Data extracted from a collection
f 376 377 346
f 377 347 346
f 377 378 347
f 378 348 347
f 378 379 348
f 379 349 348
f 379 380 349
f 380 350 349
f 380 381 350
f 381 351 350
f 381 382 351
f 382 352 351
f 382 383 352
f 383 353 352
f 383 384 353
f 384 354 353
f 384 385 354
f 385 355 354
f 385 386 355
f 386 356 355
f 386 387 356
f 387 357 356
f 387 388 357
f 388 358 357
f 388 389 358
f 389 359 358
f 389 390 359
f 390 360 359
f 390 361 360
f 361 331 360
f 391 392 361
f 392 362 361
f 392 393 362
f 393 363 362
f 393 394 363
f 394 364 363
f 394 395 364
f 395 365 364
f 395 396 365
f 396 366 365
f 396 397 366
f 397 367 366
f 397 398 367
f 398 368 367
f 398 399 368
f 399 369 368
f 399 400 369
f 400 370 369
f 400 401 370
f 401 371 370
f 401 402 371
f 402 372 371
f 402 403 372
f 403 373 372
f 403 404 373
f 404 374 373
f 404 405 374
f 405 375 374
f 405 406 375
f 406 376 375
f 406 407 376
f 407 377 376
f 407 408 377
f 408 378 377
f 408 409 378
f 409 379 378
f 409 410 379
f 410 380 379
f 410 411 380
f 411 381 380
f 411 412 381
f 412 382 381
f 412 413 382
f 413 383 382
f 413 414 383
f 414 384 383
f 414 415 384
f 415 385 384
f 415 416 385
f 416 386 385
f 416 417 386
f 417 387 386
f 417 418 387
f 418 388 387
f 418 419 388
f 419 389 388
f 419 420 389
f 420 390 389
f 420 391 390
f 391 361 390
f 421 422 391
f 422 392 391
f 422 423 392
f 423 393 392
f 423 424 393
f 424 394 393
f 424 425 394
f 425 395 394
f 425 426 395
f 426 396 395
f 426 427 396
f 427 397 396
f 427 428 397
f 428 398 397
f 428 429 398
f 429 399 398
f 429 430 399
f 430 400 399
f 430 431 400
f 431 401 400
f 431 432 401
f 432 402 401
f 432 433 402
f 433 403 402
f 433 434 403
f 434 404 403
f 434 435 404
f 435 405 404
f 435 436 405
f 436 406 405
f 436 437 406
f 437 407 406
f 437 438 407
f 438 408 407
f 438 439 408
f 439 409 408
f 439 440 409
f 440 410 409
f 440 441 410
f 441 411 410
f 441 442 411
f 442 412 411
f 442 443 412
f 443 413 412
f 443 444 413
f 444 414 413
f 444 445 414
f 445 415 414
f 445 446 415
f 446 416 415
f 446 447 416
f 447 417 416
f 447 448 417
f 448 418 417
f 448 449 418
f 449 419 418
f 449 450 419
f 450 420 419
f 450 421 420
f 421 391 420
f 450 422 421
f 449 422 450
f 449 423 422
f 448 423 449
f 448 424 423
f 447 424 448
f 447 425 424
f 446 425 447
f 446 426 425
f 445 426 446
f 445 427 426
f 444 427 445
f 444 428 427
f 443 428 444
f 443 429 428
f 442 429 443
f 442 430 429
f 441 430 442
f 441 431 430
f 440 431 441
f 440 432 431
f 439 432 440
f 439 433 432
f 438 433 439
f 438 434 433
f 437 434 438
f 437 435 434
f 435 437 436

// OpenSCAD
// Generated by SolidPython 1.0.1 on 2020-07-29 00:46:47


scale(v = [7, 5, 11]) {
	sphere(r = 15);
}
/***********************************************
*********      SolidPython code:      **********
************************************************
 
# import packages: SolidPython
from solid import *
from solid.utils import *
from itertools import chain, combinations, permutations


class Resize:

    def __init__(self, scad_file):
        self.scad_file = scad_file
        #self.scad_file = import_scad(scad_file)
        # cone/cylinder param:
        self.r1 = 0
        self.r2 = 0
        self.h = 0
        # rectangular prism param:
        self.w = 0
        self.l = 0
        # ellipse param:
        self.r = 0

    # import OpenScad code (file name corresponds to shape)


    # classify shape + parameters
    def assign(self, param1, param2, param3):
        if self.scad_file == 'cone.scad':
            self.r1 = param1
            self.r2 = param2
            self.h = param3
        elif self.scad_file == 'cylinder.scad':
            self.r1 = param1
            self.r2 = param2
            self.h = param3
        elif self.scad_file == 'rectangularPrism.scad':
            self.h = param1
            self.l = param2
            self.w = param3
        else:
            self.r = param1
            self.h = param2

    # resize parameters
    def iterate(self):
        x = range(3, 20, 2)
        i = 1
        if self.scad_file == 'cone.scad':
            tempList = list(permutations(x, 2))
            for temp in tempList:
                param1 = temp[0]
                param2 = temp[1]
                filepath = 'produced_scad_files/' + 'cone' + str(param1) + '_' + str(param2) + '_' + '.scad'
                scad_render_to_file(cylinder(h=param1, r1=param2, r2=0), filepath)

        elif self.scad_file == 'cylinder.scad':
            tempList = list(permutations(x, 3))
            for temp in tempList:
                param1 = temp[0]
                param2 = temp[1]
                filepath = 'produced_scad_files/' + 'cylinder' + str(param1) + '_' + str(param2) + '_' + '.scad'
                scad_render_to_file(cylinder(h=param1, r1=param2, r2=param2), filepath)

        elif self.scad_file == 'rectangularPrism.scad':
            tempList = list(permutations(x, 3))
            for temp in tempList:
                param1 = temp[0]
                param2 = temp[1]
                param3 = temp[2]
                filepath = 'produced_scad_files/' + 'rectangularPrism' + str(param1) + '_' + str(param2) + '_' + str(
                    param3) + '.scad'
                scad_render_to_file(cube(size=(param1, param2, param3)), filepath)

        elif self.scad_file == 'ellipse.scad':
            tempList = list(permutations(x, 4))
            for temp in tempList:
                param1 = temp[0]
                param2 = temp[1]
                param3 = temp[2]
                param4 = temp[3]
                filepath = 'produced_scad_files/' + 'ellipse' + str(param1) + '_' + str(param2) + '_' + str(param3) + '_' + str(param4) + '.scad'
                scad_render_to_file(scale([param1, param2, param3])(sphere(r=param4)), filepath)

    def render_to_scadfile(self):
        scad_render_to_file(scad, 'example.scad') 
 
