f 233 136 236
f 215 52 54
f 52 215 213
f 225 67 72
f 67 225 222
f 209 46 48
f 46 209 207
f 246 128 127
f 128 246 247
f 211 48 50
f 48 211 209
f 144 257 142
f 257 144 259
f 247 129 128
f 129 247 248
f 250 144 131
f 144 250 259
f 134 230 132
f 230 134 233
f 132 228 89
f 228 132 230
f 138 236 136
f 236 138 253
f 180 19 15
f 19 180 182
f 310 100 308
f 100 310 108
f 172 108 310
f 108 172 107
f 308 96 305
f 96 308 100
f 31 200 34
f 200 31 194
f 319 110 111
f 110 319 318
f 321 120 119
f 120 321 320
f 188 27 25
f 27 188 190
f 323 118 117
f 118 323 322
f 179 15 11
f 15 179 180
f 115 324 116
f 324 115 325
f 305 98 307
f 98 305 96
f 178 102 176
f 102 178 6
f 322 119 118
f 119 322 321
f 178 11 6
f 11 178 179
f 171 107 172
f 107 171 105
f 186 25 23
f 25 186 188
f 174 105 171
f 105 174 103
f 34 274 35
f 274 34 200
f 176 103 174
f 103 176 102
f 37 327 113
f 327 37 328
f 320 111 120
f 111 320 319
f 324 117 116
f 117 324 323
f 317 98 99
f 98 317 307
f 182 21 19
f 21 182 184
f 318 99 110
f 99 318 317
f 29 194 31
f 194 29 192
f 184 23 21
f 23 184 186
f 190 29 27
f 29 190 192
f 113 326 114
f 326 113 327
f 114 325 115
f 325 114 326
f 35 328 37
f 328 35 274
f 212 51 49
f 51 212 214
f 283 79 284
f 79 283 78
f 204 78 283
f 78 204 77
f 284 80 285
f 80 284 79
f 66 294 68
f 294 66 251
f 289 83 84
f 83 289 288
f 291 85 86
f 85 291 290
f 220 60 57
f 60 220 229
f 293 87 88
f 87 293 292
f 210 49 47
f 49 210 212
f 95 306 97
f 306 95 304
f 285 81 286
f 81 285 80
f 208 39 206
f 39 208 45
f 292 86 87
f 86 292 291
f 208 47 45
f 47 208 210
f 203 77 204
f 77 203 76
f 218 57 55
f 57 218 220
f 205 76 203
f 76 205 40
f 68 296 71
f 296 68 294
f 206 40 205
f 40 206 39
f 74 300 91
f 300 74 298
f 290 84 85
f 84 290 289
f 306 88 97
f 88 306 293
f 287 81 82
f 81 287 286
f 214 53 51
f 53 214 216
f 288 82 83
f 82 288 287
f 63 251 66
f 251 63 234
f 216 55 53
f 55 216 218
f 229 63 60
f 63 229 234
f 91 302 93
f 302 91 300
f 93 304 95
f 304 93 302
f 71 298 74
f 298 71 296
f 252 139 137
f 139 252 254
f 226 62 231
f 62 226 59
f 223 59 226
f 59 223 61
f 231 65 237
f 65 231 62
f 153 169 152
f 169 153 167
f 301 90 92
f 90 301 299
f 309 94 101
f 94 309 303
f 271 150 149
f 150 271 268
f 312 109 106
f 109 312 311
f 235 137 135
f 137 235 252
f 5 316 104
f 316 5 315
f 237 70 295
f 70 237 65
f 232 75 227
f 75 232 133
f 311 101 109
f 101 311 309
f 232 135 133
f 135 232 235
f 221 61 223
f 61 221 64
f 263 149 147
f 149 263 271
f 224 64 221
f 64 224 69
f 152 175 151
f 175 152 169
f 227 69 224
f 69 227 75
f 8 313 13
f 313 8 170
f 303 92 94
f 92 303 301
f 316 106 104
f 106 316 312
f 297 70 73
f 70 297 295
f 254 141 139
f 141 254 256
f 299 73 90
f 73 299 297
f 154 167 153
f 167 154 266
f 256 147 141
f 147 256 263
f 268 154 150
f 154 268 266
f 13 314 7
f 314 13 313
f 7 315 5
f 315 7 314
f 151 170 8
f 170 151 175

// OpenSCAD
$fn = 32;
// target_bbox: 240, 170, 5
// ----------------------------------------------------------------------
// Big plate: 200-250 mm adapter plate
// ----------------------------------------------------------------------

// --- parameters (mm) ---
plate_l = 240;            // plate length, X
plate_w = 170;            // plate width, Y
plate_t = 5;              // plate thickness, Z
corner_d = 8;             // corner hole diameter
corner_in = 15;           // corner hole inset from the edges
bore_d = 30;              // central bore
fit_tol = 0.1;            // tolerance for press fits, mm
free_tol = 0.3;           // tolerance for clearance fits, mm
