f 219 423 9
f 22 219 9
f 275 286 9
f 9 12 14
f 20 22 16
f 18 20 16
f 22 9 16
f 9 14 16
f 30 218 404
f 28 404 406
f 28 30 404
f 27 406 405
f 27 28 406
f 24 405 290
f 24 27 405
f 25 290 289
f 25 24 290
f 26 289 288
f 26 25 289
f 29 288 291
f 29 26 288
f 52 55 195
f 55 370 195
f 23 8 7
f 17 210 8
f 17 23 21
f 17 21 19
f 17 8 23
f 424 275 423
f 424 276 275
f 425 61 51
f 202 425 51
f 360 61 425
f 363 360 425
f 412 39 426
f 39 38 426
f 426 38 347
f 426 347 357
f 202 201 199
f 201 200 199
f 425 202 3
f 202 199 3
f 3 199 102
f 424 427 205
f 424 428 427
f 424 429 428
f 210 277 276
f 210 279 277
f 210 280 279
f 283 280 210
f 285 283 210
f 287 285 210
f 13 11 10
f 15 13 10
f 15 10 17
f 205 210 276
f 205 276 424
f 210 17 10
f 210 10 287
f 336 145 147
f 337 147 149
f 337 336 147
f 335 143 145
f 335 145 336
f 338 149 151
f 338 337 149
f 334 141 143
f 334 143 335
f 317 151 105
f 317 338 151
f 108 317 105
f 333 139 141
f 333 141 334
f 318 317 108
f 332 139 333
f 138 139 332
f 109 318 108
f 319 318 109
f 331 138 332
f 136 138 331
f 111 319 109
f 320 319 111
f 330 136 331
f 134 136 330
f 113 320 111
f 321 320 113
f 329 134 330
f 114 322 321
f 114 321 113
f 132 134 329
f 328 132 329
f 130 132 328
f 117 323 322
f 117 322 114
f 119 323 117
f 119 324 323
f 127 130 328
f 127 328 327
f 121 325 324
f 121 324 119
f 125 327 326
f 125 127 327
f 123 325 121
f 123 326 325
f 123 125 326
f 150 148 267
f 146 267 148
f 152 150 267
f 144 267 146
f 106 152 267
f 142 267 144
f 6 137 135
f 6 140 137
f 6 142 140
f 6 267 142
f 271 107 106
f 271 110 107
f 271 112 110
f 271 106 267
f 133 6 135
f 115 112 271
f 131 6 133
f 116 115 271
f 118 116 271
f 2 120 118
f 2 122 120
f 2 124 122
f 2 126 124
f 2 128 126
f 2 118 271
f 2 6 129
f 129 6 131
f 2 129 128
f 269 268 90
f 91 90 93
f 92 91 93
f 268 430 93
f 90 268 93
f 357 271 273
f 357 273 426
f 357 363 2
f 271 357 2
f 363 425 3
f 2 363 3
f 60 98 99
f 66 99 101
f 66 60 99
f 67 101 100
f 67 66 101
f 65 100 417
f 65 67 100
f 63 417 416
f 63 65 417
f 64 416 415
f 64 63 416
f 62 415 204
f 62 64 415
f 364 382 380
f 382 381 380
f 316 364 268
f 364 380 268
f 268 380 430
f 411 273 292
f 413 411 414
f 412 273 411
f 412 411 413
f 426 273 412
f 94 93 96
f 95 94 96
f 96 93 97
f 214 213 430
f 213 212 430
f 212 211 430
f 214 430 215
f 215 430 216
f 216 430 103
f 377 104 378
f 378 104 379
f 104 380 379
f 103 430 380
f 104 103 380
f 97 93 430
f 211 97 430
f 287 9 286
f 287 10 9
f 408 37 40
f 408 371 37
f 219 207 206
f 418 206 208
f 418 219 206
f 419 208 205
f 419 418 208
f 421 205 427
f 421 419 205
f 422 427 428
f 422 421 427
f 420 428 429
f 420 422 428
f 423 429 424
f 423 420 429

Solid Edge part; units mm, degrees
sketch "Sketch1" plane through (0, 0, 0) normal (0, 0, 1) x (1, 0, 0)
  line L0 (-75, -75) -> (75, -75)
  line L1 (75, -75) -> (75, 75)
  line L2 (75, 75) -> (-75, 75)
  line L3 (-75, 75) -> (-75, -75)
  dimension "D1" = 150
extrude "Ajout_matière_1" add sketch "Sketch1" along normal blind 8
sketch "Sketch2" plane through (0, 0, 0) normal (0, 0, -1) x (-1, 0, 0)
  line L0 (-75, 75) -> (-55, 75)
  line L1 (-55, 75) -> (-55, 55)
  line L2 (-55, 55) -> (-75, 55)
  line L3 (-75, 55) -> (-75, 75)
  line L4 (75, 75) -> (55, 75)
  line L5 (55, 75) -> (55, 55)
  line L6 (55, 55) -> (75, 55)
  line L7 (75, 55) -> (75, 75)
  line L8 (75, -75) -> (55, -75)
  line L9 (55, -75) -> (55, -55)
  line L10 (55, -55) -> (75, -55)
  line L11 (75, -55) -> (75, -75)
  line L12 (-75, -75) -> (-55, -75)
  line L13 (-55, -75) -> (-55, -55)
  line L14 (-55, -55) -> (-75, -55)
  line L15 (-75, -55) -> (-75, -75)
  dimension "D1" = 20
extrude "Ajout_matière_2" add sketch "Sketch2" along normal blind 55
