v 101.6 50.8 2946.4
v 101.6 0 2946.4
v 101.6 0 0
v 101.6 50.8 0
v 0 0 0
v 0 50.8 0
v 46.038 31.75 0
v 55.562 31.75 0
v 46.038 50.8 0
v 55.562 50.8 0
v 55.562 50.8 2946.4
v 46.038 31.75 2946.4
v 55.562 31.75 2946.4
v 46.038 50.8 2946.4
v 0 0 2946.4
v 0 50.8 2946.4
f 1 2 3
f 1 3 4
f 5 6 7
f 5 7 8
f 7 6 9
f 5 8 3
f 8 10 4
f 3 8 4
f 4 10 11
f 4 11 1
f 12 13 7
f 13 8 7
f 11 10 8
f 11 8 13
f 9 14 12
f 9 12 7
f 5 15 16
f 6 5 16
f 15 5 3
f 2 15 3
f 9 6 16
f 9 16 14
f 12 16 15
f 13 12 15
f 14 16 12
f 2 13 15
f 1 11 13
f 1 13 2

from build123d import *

# Parameters (mm, degrees)
SKETCH1_W           = 101.6
SKETCH1_H           = 50.8
BOSS_EXTRUDE1_DEPTH = 2946.4
CUT_EXTRUDE1_DEPTH  = 19.05


with BuildPart() as part:
    # Sketch1 → Boss-Extrude1 (new body)
    with BuildSketch(Plane.XY):
        with Locations((50.8, 25.4)):
            Rectangle(SKETCH1_W, SKETCH1_H)
    extrude(amount=BOSS_EXTRUDE1_DEPTH)

    # Sketch2 → Cut-Extrude1 (cut)
    with BuildSketch(Plane(origin=(0, 50.8, 0), x_dir=(1, 0, 0), z_dir=(0, 1, 0))):
        Polygon((50.8, -2946.4), (46.0375, -2946.4), (46.0375, 0), (55.5625, 0), (55.5625, -2946.4), align=None)
    extrude(amount=-CUT_EXTRUDE1_DEPTH, mode=Mode.SUBTRACT)


solid = part.part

PROBLEM STATEMENT >> Please reproduce the lines from the line with "f 147 256 263" to the line with "f 331 138 332", both ends included, exactly as they appear above.

EXERCISE RESULT >>
f 147 256 263
f 268 154 150
f 154 268 266
f 13 314 7
f 314 13 313
f 7 315 5
f 315 7 314
f 151 170 8
f 170 151 175

// OpenSCAD
$fn = 32;
// target_bbox: 240, 170, 5
// ----------------------------------------------------------------------
// Big plate: 200-250 mm adapter plate
// ----------------------------------------------------------------------

// --- parameters (mm) ---
plate_l = 240;            // plate length, X
plate_w = 170;            // plate width, Y
plate_t = 5;              // plate thickness, Z
corner_d = 8;             // corner hole diameter
corner_in = 15;           // corner hole inset from the edges
bore_d = 30;              // central bore
fit_tol = 0.1;            // tolerance for press fits, mm
free_tol = 0.3;           // tolerance for clearance fits, mm
f 219 423 9
f 22 219 9
f 275 286 9
f 9 12 14
f 20 22 16
f 18 20 16
f 22 9 16
f 9 14 16
f 30 218 404
f 28 404 406
f 28 30 404
f 27 406 405
f 27 28 406
f 24 405 290
f 24 27 405
f 25 290 289
f 25 24 290
f 26 289 288
f 26 25 289
f 29 288 291
f 29 26 288
f 52 55 195
f 55 370 195
f 23 8 7
f 17 210 8
f 17 23 21
f 17 21 19
f 17 8 23
f 424 275 423
f 424 276 275
f 425 61 51
f 202 425 51
f 360 61 425
f 363 360 425
f 412 39 426
f 39 38 426
f 426 38 347
f 426 347 357
f 202 201 199
f 201 200 199
f 425 202 3
f 202 199 3
f 3 199 102
f 424 427 205
f 424 428 427
f 424 429 428
f 210 277 276
f 210 279 277
f 210 280 279
f 283 280 210
f 285 283 210
f 287 285 210
f 13 11 10
f 15 13 10
f 15 10 17
f 205 210 276
f 205 276 424
f 210 17 10
f 210 10 287
f 336 145 147
f 337 147 149
f 337 336 147
f 335 143 145
f 335 145 336
f 338 149 151
f 338 337 149
f 334 141 143
f 334 143 335
f 317 151 105
f 317 338 151
f 108 317 105
f 333 139 141
f 333 141 334
f 318 317 108
f 332 139 333
f 138 139 332
f 109 318 108
f 319 318 109
f 331 138 332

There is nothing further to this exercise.